Just looked - those TFO's do look very nice. the overall fit and finish of the St. Croix's I have really impressed me, so ideally I would like to stay with St. Croix- if again, I can find another one of their models that is just a bit "tighter" feeling.


----------



## Monoman (May 31, 2009)

Shallows said:


> Wow, thats really interesting to hear - think I will definitely try a Tidemaster then, still not ready to spend Avid money yet! It's odd as nearly all my rods are cheaper than the Mojo - so its not a money thing, or its not that the Mojo is cheaply made - they must have designed it to feel like a wet noodle for a reason? Maybe certain people prefer that feel?!


OK I'm in Jupiter. I *think* my Mojos are fast action. I'll meet up locally (or reasonably close) to compare.

I think of action as "how much the top 1/3 bends" and power as "how much the lower 1/3 bends". LOL There is nothing wrong with fast or mushy but I'd like to compare for sure.


----------



## DBStoots (Jul 9, 2011)

"Action" describes where the rod bends when pressure or weight is applied to the rod. A fast action rod will bend in the top third or less of the blank, a medium or moderate action rod will bend in the top half or so, and a slow action rod will bend starting in the lower third of the rod and into the handle. Action, simply put, is where a rod bends.

A rod's "power" describes its resistance to bending under a certain amount of weight. Power generally refers to a rod’s stiffness or resistance to bending and is usually defined in terms like ultra-light, light, medium, etc.


----------



## Shallows (Mar 29, 2020)

Monoman said:


> OK I'm in Jupiter. I *think* my Mojos are fast action.
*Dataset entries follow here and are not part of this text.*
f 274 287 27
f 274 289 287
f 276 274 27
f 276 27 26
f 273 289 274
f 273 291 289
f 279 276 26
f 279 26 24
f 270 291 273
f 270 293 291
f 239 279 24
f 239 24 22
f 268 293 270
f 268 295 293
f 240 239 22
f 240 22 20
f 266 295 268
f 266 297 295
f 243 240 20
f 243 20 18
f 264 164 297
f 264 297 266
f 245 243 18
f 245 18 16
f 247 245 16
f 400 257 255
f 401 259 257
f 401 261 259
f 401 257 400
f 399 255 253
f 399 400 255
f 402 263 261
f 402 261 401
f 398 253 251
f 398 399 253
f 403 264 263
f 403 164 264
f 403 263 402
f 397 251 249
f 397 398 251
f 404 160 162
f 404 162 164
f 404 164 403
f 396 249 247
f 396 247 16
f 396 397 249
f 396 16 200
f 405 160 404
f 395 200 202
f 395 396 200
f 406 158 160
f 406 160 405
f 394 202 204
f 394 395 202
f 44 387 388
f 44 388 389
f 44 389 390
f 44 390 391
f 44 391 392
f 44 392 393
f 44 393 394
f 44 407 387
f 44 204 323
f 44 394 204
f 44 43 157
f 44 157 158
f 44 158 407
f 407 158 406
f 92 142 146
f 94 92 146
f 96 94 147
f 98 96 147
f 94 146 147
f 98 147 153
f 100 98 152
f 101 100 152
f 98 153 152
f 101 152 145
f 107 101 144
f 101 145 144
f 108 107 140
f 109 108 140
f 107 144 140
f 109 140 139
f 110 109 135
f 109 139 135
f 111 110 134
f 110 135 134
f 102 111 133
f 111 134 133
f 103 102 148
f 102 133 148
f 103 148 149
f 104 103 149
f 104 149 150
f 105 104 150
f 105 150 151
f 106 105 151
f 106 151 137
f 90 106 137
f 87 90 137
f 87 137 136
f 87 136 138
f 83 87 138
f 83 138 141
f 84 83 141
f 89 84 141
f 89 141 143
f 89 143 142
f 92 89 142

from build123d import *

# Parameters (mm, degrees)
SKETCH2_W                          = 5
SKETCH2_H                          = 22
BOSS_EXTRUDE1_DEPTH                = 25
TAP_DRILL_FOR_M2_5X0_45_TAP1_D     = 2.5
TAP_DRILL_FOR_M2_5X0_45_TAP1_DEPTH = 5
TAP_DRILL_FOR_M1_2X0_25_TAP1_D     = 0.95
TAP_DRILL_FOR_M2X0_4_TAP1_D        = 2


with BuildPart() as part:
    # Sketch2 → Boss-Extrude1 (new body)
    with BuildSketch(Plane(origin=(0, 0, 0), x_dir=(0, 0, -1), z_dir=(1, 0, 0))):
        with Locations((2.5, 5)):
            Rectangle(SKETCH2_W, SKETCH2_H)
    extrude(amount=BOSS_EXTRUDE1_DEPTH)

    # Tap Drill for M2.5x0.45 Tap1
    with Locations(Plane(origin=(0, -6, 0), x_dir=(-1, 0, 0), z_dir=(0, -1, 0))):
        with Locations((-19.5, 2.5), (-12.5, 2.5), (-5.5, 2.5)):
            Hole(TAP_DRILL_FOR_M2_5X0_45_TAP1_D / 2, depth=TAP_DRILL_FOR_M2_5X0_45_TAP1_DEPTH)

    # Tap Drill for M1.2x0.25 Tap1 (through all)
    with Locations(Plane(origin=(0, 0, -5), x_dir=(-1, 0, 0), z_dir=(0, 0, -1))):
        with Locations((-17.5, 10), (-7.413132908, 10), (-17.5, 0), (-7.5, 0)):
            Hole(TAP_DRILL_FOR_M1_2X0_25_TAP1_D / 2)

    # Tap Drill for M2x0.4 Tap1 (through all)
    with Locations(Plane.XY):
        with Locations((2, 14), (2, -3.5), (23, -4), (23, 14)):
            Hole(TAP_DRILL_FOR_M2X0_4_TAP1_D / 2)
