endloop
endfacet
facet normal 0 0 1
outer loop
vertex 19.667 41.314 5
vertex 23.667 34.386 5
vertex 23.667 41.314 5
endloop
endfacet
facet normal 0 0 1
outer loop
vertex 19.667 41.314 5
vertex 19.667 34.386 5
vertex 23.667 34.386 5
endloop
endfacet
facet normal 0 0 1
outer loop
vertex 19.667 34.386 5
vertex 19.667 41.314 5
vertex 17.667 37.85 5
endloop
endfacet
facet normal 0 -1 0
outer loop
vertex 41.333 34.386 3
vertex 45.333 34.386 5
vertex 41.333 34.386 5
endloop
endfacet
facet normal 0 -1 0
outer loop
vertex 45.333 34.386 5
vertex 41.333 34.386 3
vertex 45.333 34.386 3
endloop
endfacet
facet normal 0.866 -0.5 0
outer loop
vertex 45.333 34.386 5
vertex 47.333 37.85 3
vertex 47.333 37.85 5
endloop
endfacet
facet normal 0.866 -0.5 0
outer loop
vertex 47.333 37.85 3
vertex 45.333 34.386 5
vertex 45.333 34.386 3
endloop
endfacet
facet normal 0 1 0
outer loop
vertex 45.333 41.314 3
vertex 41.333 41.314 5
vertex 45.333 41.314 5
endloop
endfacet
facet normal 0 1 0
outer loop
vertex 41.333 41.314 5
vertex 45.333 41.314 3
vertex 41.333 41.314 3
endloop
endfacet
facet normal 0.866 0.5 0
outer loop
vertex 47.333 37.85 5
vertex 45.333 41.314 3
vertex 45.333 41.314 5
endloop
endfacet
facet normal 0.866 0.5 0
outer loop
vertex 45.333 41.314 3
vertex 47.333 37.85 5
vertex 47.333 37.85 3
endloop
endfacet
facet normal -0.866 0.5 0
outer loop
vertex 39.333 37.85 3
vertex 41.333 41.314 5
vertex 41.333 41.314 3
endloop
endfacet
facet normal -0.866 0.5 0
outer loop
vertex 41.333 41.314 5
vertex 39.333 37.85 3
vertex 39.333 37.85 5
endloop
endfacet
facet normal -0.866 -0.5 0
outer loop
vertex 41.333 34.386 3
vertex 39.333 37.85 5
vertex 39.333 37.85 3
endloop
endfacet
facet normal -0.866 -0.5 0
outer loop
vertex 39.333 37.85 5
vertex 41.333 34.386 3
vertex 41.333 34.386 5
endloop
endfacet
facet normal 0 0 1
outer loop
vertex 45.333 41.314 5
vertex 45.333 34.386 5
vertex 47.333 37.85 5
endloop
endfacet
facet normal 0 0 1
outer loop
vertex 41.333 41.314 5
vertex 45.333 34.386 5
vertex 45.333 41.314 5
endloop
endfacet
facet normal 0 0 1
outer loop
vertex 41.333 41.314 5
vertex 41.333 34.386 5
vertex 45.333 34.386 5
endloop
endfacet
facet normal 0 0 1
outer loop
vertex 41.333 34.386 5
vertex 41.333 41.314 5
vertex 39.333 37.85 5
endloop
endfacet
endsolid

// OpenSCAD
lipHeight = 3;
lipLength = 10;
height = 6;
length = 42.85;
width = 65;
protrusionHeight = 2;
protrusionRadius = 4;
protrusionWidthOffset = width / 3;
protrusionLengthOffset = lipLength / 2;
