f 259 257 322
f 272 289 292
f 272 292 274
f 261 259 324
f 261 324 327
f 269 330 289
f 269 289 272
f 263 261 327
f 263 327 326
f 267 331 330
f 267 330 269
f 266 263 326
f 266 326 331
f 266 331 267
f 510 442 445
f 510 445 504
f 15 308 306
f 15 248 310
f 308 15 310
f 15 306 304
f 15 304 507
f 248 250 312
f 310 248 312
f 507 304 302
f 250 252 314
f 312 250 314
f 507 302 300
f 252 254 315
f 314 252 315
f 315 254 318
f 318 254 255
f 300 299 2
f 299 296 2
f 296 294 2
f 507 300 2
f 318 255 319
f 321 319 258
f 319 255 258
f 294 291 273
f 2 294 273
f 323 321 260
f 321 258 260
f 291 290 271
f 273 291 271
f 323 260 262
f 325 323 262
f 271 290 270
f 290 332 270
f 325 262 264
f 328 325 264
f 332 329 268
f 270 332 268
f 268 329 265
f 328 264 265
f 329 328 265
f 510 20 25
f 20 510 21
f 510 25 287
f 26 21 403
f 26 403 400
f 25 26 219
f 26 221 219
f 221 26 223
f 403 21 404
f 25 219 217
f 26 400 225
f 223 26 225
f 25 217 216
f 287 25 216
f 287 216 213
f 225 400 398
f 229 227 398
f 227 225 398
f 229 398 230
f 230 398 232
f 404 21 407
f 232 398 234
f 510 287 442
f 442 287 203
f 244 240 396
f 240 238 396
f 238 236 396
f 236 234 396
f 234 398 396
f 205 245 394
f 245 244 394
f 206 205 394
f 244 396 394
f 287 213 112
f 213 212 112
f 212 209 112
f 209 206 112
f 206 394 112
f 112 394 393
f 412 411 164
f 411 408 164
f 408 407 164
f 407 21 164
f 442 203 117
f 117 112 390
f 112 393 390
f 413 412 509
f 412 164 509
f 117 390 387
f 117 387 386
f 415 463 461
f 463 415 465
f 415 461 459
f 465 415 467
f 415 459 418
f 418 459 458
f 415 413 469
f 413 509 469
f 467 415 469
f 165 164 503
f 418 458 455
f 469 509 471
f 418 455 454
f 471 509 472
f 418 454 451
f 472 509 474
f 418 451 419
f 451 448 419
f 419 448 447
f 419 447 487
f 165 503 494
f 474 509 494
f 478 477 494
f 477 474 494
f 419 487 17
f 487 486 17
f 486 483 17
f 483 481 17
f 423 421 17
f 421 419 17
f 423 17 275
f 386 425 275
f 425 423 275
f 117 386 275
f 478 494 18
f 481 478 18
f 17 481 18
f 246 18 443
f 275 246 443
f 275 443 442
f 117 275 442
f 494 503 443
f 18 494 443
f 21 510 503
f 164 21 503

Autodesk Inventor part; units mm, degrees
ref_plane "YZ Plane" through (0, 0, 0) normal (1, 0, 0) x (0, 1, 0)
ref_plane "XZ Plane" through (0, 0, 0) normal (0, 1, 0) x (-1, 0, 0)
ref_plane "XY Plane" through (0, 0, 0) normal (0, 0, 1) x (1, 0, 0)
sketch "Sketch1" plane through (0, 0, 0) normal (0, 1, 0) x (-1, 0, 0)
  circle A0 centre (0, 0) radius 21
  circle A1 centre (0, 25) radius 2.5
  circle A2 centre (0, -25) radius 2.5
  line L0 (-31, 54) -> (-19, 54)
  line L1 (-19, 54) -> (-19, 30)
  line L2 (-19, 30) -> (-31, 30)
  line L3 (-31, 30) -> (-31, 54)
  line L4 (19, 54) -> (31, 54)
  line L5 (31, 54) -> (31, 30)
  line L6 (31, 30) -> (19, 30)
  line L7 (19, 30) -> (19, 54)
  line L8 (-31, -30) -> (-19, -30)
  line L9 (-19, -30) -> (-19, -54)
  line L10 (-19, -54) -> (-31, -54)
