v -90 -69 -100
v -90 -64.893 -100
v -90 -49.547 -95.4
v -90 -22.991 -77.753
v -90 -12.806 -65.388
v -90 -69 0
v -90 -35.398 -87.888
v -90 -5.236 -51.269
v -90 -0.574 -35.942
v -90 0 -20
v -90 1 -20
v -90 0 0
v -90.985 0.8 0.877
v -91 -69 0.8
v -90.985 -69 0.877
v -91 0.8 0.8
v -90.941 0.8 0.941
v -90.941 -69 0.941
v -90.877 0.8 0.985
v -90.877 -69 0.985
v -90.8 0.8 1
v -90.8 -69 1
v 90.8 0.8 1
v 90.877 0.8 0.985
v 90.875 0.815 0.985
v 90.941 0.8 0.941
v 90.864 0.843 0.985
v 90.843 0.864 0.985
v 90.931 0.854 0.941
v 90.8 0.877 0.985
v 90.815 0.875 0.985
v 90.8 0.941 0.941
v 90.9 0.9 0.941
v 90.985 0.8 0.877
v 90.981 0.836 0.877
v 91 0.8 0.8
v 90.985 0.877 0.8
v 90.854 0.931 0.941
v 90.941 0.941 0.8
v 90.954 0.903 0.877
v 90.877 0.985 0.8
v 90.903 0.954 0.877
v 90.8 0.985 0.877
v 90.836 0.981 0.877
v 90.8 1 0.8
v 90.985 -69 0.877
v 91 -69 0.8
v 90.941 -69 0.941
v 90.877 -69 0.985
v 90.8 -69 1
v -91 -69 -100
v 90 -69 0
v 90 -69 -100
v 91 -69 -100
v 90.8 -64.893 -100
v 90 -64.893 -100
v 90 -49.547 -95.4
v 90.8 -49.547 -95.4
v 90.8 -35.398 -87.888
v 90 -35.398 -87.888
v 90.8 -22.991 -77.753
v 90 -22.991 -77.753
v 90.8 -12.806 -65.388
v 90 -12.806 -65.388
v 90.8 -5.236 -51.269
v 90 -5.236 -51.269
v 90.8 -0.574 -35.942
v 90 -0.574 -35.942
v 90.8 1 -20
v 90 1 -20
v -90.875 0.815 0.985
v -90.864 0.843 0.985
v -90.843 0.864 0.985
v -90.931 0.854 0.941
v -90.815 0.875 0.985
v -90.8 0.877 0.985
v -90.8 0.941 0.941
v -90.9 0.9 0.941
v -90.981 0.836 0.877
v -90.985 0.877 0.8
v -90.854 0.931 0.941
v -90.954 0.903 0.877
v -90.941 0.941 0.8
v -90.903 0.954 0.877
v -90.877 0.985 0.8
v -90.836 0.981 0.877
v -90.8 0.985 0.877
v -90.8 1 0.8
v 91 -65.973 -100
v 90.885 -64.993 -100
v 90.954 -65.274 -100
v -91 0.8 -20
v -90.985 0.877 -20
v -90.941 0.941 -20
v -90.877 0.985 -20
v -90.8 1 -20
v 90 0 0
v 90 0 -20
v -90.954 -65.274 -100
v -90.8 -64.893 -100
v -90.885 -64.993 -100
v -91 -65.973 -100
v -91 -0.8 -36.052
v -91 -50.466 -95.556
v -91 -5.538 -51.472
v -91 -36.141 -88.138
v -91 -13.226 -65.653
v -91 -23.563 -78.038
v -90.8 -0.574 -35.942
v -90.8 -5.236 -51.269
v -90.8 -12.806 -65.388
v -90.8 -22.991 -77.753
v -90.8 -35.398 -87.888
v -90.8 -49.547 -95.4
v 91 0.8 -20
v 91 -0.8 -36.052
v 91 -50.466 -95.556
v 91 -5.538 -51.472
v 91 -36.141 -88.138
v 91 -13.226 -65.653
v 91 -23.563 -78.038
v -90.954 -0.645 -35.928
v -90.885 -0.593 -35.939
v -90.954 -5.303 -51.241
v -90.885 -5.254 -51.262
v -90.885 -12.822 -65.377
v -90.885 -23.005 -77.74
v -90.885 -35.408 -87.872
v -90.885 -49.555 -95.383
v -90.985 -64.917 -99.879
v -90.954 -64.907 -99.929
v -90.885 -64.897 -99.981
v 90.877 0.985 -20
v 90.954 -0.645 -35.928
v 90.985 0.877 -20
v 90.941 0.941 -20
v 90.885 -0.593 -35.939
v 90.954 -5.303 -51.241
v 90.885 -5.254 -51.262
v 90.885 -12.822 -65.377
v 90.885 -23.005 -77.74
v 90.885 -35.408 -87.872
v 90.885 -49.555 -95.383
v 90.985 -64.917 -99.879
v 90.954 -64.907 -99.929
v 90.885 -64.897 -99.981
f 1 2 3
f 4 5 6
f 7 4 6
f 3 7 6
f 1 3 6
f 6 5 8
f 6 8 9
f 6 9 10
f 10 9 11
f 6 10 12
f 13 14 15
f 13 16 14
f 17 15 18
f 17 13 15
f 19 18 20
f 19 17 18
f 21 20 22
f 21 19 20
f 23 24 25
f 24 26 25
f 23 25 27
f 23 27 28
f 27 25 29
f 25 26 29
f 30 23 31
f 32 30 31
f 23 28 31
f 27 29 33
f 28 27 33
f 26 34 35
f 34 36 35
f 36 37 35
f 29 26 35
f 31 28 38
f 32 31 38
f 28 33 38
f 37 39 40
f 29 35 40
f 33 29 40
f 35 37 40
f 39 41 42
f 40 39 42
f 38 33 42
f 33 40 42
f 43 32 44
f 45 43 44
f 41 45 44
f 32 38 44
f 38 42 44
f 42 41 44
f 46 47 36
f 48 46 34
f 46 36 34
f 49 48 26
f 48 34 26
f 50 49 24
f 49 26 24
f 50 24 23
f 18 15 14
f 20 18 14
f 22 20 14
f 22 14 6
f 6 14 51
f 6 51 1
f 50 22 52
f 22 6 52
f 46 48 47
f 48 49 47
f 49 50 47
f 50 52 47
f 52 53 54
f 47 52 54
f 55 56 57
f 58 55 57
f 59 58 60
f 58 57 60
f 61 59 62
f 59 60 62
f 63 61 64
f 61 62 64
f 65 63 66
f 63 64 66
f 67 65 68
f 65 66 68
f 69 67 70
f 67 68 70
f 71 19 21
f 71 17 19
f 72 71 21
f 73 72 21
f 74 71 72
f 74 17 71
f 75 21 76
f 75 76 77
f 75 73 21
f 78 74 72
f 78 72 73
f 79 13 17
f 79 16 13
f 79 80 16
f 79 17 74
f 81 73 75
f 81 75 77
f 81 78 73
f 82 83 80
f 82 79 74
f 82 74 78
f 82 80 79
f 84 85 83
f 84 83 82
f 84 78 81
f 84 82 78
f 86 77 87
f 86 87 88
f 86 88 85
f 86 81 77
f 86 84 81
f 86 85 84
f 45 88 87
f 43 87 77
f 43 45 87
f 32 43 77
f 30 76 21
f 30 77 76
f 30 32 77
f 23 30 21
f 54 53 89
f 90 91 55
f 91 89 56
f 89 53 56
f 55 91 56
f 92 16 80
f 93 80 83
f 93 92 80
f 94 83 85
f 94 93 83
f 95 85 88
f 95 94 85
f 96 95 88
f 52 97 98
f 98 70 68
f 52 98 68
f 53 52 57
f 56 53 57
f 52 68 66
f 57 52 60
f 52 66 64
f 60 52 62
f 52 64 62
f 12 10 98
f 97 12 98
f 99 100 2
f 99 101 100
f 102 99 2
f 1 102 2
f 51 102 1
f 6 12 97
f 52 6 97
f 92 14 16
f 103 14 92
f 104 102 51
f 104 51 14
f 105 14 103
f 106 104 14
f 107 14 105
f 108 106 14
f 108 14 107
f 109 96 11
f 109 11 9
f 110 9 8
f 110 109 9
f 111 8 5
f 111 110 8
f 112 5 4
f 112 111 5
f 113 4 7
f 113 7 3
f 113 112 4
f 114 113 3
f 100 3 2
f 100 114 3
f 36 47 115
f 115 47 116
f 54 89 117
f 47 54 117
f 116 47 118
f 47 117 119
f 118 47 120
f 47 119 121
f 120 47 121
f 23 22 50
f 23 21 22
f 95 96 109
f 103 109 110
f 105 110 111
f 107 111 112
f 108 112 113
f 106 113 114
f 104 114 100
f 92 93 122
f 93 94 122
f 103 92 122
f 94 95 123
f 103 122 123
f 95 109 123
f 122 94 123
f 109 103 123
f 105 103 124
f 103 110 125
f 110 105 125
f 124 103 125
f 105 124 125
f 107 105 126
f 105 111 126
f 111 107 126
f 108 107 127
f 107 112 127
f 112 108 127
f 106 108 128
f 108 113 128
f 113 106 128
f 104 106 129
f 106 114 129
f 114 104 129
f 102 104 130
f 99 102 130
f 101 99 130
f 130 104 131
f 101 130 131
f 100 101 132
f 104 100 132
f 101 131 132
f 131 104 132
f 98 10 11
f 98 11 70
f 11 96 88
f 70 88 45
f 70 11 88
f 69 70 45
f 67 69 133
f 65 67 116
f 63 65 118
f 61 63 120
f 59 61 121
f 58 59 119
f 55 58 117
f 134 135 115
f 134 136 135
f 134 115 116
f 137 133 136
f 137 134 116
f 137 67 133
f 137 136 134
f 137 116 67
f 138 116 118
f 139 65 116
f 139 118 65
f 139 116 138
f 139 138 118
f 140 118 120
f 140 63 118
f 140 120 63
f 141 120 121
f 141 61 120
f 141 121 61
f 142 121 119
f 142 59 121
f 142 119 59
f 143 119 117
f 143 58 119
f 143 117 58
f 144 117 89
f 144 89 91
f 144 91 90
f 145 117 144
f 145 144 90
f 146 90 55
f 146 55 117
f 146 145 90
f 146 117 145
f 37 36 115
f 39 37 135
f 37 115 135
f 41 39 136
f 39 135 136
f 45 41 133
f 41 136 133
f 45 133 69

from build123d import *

# Parameters (mm, degrees)
SKETCH1_W           = 180
SKETCH1_H           = 20
BOSS_EXTRUDE2_DEPTH = 1
BOSS_EXTRUDE3_DEPTH = 1
BOSS_EXTRUDE5_START = 1
BOSS_EXTRUDE5_DEPTH = 1
SKETCH6_W           = 182
SKETCH6_H           = 70
BOSS_EXTRUDE6_DEPTH = 1
FILLET2_R           = 0.2


with BuildPart() as part:
    # Sketch1 → Boss-Extrude2 (new body)
    with BuildSketch(Plane(origin=(0, 0, 0), x_dir=(1, 0, 0), z_dir=(0, 1, 0))):
        with Locations((0, 10)):
            Rectangle(SKETCH1_W, SKETCH1_H)
    extrude(amount=BOSS_EXTRUDE2_DEPTH)

    # Sketch3 → Boss-Extrude3 (add)
    with BuildSketch(Plane(origin=(90, 0, 0), x_dir=(0, 0, -1), z_dir=(1, 0, 0))):
        with BuildLine():
            Line((0, 1), (0, -69))
            Line((0, -69), (100, -69))
            Line((100, -69), (100, -64.892848271))
            ThreePointArc((100, -64.892848271), (71.821490362, -17.594043661), (20, 1))
            Line((20, 1), (0, 1))
        make_face()
    extrude(amount=BOSS_EXTRUDE3_DEPTH)

    # Sketch5 → Boss-Extrude5 (add)
    with BuildSketch(Plane.ZY.offset(90).offset(BOSS_EXTRUDE5_START)):
        with BuildLine():
            Line((0, 1), (-20, 1))
            ThreePointArc((-20, 1), (-71.821490362, -17.594043661), (-100, -64.892848271))
            Line((-100, -64.892848271), (-100, -69))
            Line((-100, -69), (0, -69))
            Line((0, -69), (0, 1))
        make_face()
    extrude(amount=-BOSS_EXTRUDE5_DEPTH)

    # Sketch6 → Boss-Extrude6 (add)
    with BuildSketch(Plane.XY):
        with Locations((0, -34)):
            Rectangle(SKETCH6_W, SKETCH6_H)
    extrude(amount=BOSS_EXTRUDE6_DEPTH)

    # Fillet2
    fillet2_edges = [part.edges().sort_by_distance(p)[0] for p in [
        (91, 1, -9.5),
        (91, -17.594043661, -71.821490362),
        (-91, 1, -9.5),
        (-91, -17.594043661, -71.821490362),
        (-91, -34, 1),
        (91, -34, 1),
        (0, 1, 1),
    ]]
    fillet(fillet2_edges, radius=FILLET2_R)


solid = part.part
I'll meet up locally (or reasonably close) to compare.
> 
> I think of action as "how much the top 1/3 bends" and power as "how much the lower 1/3 bends". LOL There is nothing wrong with fast or mushy but I'd like to compare for sure.


Thanks Monoman, I bought two different Mojos in different powers so was able to compare them both and just not quite what I am looking for, but appreciate the offer.


----------



## Shallows (Mar 29, 2020)

Still looking for a slightly crisper feeling rod, considering Tidemaster, Avid, Teramar - if anyone has opinions.


----------



## JRHorne (Aug 6, 2019)

It's funny you mentioned this. I was in Bass Pro today and right next to each other they had a few Mojo Inshores in Medium, 7' I believe. Then one Gloomis E6X 842s MF. The Mojo felt ok... The E6X though... Wow. I've played with an Avid Inshore at another BP, and it will be my next rod purchase, and I would not describe it as mushy from my fondling. It and the E6X seem like the real deal for an all around inshore jig/smaller plastic setup.


----------



## Shallows (Mar 29, 2020)

JRHorne said:


> It's funny you mentioned this. I was in Bass Pro today and right next to each other they had a few Mojo Inshores in Medium, 7' I believe. Then one Gloomis E6X 842s MF. The Mojo felt ok... The E6X though... Wow. I've played with an Avid Inshore at another BP, and it will be my next rod purchase, and I would not describe it as mushy from my fondling. It and the E6X seem like the real deal for an all around inshore jig/smaller plastic setup.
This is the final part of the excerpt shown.